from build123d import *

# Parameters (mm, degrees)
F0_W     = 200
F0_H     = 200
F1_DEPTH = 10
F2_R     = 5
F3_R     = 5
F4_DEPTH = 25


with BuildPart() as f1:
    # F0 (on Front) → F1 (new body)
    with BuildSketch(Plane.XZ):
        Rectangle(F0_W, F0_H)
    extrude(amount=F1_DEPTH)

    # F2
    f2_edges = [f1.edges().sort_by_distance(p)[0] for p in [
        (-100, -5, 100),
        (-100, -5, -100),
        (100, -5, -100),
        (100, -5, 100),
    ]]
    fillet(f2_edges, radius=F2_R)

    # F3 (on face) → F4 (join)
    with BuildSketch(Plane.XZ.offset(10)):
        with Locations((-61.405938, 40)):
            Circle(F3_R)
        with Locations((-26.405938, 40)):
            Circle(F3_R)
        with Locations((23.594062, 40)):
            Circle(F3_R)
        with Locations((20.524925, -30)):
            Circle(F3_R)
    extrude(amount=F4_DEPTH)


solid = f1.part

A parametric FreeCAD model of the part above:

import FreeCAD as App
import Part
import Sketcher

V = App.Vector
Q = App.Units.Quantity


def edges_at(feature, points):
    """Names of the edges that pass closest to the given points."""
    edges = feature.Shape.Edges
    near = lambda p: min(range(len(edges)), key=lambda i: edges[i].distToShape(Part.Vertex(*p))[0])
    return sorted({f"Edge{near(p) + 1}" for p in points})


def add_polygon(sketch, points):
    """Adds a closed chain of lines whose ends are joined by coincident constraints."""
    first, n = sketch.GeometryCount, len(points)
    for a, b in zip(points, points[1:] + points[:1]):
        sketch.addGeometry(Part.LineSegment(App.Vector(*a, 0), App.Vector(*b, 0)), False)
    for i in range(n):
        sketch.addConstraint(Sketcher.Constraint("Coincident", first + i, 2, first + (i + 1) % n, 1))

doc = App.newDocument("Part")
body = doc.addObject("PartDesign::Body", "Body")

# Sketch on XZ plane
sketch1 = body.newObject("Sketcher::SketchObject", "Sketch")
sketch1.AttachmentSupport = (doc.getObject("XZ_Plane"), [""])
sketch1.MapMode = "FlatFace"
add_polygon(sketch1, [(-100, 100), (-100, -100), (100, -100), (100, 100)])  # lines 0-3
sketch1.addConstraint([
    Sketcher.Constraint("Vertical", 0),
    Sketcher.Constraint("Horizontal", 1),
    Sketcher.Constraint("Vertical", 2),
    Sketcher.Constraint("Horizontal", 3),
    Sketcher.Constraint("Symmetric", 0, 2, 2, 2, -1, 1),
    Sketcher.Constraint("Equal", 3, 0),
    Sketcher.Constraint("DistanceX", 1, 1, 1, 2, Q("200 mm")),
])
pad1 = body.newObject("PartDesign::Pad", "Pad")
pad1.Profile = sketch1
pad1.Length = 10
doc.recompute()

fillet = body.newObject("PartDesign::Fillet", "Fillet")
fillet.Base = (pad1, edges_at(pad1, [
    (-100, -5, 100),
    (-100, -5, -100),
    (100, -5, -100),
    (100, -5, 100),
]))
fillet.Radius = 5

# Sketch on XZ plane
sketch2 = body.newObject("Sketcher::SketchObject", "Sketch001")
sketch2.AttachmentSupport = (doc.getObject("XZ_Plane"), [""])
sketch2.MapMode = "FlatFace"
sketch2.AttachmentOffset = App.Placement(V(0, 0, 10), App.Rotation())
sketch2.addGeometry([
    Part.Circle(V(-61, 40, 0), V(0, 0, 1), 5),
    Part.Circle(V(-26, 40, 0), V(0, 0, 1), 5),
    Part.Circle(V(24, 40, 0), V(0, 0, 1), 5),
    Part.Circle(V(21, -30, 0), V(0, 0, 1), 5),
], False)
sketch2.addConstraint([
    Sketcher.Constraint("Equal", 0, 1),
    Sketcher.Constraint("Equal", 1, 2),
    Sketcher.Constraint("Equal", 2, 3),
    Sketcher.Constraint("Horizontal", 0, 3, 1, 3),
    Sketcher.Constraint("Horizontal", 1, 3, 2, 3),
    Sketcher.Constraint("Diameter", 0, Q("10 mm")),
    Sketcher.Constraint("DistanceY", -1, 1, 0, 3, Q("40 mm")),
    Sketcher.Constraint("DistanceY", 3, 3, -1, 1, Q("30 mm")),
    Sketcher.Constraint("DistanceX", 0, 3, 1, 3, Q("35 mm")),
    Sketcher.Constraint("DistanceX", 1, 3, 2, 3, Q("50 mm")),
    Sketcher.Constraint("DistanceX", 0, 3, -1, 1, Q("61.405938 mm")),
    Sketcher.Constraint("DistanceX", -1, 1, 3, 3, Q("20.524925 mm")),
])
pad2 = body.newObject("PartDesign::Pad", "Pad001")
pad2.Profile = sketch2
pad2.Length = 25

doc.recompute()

* * *

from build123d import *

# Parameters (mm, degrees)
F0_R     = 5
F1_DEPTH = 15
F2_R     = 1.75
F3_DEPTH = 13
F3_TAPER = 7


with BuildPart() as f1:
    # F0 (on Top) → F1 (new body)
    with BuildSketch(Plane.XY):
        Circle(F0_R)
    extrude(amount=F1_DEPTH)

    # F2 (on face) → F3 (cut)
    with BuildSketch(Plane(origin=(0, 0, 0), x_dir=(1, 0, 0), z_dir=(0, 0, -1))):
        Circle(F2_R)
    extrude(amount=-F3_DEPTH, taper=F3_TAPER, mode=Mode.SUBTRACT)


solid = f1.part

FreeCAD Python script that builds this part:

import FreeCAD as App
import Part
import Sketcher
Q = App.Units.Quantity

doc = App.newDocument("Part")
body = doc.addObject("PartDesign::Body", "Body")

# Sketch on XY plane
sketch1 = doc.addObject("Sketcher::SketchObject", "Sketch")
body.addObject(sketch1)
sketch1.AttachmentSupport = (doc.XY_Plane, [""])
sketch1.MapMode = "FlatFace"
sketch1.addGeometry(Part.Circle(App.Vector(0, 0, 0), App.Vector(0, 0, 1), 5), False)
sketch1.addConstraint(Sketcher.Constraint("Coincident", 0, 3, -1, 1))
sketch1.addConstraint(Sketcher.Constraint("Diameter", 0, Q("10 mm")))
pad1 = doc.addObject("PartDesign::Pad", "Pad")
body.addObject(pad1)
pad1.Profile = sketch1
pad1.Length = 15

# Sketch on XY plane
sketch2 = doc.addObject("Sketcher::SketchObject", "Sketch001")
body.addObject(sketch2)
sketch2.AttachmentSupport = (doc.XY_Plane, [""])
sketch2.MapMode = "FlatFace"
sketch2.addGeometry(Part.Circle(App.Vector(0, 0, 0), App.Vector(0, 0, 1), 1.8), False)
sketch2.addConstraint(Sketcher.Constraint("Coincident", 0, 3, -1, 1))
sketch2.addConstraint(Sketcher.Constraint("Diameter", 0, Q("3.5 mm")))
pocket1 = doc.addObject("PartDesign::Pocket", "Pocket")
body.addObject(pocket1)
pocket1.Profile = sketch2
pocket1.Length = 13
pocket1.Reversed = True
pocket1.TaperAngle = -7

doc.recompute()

_Task brief_
Give back exactly the lines above starting at the line where "F3_DEPTH = 13" appears and ending at the line where "Circle(F2_R)" appears, both included, with no other lines.

_Your solution_
F3_DEPTH = 13
F3_TAPER = 7


with BuildPart() as f1:
    # F0 (on Top) → F1 (new body)
    with BuildSketch(Plane.XY):
        Circle(F0_R)
    extrude(amount=F1_DEPTH)

    # F2 (on face) → F3 (cut)
    with BuildSketch(Plane(origin=(0, 0, 0), x_dir=(1, 0, 0), z_dir=(0, 0, -1))):
        Circle(F2_R)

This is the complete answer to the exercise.